[[ DATA open ]]

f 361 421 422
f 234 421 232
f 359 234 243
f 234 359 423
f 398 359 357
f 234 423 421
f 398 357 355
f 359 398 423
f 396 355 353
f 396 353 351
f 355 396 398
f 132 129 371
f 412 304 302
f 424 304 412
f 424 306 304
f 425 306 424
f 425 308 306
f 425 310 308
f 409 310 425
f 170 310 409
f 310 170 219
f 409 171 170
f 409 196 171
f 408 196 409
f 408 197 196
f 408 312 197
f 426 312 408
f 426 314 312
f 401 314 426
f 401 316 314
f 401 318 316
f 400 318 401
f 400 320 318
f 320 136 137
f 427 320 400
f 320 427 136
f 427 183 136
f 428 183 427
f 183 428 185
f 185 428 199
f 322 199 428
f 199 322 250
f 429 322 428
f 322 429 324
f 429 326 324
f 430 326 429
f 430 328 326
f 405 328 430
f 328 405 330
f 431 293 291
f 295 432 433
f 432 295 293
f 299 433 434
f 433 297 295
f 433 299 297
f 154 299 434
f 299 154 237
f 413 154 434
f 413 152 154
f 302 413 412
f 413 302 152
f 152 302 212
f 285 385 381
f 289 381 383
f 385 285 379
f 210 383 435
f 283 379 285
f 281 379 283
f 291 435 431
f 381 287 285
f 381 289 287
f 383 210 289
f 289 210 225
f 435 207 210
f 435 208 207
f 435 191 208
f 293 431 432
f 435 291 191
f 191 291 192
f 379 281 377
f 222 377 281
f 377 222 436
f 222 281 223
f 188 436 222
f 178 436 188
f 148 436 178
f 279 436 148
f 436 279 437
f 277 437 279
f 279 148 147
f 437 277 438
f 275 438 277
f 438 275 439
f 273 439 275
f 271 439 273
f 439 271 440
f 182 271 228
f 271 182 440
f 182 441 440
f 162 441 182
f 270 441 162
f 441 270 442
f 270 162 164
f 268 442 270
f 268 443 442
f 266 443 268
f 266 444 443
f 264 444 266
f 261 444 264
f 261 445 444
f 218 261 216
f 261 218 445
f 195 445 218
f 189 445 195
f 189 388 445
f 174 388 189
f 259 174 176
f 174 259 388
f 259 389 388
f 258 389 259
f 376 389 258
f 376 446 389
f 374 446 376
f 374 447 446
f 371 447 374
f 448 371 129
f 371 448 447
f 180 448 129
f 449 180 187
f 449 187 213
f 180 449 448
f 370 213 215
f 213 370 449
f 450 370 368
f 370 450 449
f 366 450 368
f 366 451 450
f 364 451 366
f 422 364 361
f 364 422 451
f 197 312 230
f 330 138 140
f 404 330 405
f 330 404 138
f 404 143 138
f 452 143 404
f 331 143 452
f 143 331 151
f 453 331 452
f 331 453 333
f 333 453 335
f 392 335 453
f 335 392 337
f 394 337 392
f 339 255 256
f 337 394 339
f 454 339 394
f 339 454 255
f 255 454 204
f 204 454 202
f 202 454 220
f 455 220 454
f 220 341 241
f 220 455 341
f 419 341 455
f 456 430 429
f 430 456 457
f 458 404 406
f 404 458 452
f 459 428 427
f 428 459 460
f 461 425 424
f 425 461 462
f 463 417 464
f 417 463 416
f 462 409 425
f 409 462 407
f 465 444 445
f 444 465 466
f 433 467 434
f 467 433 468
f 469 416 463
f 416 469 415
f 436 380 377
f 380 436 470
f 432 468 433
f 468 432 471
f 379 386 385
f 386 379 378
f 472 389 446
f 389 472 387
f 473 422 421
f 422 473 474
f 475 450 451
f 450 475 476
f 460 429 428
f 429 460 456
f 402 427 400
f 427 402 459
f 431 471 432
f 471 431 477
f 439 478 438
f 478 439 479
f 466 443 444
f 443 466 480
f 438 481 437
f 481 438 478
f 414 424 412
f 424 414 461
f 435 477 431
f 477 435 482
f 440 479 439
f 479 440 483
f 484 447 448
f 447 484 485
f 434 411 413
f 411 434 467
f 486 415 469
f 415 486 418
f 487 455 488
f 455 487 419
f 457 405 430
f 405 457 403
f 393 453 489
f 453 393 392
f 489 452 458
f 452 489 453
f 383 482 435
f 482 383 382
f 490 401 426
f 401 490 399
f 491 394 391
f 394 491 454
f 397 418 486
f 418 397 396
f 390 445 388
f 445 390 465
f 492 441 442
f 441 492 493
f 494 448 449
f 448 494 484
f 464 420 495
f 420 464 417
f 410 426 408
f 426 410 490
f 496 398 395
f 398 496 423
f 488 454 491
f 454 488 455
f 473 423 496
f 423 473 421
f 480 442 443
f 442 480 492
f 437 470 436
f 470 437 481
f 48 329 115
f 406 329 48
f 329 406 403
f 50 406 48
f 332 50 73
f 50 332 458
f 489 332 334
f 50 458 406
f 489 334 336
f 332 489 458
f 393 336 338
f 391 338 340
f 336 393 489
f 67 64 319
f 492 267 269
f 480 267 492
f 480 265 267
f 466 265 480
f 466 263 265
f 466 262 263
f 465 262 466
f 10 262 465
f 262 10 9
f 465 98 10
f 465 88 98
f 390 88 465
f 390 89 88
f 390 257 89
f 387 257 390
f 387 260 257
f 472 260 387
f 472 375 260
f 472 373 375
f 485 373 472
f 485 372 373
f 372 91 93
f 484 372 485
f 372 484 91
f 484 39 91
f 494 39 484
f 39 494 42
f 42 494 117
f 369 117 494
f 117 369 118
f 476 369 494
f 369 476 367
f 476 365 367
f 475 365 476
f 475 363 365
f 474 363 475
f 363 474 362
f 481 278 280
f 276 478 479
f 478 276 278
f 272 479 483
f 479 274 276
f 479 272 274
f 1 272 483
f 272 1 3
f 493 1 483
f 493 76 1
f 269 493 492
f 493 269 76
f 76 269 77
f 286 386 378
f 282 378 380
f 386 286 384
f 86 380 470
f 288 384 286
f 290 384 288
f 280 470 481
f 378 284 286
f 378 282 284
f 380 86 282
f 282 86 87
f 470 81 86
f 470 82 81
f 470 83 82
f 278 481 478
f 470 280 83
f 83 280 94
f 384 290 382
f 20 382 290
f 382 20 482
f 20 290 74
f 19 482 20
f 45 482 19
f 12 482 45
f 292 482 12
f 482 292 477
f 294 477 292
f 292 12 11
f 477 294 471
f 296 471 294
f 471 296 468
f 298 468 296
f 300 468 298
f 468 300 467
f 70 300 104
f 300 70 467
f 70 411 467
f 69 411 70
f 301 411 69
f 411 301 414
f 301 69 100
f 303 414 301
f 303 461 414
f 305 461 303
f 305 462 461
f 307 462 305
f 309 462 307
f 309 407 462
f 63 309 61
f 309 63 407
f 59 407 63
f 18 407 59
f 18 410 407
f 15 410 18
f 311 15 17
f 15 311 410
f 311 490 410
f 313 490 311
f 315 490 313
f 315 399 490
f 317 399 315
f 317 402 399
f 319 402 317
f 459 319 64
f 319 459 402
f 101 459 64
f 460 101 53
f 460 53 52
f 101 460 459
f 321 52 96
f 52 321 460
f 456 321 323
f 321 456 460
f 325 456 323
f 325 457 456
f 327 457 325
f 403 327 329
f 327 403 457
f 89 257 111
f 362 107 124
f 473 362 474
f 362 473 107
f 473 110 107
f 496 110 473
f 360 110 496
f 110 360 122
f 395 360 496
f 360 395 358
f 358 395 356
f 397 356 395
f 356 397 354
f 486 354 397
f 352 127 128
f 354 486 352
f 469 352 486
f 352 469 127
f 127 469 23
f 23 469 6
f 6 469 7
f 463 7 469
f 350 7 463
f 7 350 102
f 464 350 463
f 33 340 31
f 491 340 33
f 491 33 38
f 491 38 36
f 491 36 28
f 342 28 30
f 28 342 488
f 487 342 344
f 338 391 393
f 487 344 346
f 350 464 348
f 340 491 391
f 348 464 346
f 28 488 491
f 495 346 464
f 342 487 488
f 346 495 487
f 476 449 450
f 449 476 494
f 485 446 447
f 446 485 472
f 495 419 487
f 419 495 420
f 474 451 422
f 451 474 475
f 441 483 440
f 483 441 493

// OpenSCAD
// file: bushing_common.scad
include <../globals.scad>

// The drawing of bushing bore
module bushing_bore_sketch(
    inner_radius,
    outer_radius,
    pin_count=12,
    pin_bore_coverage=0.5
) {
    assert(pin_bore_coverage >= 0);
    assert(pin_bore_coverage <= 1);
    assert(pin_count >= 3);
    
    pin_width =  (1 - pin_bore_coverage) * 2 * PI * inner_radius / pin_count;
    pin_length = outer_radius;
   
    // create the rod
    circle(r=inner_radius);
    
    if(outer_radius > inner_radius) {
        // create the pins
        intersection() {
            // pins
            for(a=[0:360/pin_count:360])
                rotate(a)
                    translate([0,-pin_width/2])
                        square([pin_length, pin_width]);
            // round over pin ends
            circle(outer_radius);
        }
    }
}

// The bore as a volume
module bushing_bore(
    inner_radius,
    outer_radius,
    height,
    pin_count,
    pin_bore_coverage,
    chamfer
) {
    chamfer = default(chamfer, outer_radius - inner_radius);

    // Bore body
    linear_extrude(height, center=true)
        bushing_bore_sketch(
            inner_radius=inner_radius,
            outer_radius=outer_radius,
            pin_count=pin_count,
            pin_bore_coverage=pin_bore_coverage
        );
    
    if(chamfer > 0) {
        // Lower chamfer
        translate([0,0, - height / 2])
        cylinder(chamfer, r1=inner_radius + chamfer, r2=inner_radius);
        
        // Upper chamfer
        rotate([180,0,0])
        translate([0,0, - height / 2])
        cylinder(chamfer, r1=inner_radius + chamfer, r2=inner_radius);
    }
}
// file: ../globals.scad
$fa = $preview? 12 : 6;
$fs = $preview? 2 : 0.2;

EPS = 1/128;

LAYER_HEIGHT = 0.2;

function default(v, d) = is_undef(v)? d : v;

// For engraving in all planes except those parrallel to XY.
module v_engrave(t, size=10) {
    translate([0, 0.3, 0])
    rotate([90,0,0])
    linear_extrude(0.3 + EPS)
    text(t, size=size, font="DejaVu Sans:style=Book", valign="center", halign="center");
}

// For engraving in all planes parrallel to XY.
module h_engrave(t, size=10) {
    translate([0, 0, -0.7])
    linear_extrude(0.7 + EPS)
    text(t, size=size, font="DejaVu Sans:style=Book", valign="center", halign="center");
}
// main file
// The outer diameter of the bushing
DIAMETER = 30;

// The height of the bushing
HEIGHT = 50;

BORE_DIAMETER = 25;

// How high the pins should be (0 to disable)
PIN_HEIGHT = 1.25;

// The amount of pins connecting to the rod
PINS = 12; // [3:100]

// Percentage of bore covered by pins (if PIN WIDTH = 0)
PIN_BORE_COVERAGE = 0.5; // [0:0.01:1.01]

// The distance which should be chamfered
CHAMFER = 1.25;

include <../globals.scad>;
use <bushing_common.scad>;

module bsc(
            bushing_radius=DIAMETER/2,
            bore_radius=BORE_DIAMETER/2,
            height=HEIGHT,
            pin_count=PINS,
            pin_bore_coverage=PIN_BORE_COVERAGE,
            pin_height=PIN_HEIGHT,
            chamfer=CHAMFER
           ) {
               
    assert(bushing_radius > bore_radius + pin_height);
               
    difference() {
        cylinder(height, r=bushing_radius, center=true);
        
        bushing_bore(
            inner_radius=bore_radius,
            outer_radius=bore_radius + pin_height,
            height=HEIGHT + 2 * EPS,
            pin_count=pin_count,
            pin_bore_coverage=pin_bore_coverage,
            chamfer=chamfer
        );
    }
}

[[ DATA closed ]]
[[ DATA open ]]

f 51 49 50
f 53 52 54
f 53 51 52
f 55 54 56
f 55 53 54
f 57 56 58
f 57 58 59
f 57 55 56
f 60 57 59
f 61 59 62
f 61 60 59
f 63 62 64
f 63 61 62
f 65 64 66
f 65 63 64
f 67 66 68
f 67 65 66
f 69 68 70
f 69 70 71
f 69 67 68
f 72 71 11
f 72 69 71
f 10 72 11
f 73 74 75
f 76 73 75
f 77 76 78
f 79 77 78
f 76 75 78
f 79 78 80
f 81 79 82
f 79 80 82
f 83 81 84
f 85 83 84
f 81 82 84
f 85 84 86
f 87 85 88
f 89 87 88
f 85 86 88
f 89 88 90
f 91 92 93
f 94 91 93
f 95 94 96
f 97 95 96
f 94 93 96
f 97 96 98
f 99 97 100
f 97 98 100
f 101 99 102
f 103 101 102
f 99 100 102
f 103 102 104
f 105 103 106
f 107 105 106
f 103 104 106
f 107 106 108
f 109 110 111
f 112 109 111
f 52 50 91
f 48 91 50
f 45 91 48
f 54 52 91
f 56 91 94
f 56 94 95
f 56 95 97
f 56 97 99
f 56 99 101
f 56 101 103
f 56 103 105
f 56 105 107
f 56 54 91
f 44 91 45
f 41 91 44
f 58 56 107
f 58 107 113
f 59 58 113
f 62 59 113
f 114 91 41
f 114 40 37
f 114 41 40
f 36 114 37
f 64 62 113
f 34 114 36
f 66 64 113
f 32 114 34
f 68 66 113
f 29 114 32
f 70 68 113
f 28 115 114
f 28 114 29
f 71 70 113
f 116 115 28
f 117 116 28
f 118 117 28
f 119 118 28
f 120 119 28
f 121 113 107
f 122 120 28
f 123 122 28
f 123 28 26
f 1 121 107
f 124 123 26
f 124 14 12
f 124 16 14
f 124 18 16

[[ DATA closed ]]

*EXERCISE GOAL*
From the entries above, restate word for word the lines from the line containing "f 439 271 440" to the line containing "f 439 478 438", both ends included, and nothing more.

*RESPONSE BELOW*
f 439 271 440
f 182 271 228
f 271 182 440
f 182 441 440
f 162 441 182
f 270 441 162
f 441 270 442
f 270 162 164
f 268 442 270
f 268 443 442
f 266 443 268
f 266 444 443
f 264 444 266
f 261 444 264
f 261 445 444
f 218 261 216
f 261 218 445
f 195 445 218
f 189 445 195
f 189 388 445
f 174 388 189
f 259 174 176
f 174 259 388
f 259 389 388
f 258 389 259
f 376 389 258
f 376 446 389
f 374 446 376
f 374 447 446
f 371 447 374
f 448 371 129
f 371 448 447
f 180 448 129
f 449 180 187
f 449 187 213
f 180 449 448
f 370 213 215
f 213 370 449
f 450 370 368
f 370 450 449
f 366 450 368
f 366 451 450
f 364 451 366
f 422 364 361
f 364 422 451
f 197 312 230
f 330 138 140
f 404 330 405
f 330 404 138
f 404 143 138
f 452 143 404
f 331 143 452
f 143 331 151
f 453 331 452
f 331 453 333
f 333 453 335
f 392 335 453
f 335 392 337
f 394 337 392
f 339 255 256
f 337 394 339
f 454 339 394
f 339 454 255
f 255 454 204
f 204 454 202
f 202 454 220
f 455 220 454
f 220 341 241
f 220 455 341
f 419 341 455
f 456 430 429
f 430 456 457
f 458 404 406
f 404 458 452
f 459 428 427
f 428 459 460
f 461 425 424
f 425 461 462
f 463 417 464
f 417 463 416
f 462 409 425
f 409 462 407
f 465 444 445
f 444 465 466
f 433 467 434
f 467 433 468
f 469 416 463
f 416 469 415
f 436 380 377
f 380 436 470
f 432 468 433
f 468 432 471
f 379 386 385
f 386 379 378
f 472 389 446
f 389 472 387
f 473 422 421
f 422 473 474
f 475 450 451
f 450 475 476
f 460 429 428
f 429 460 456
f 402 427 400
f 427 402 459
f 431 471 432
f 471 431 477
f 439 478 438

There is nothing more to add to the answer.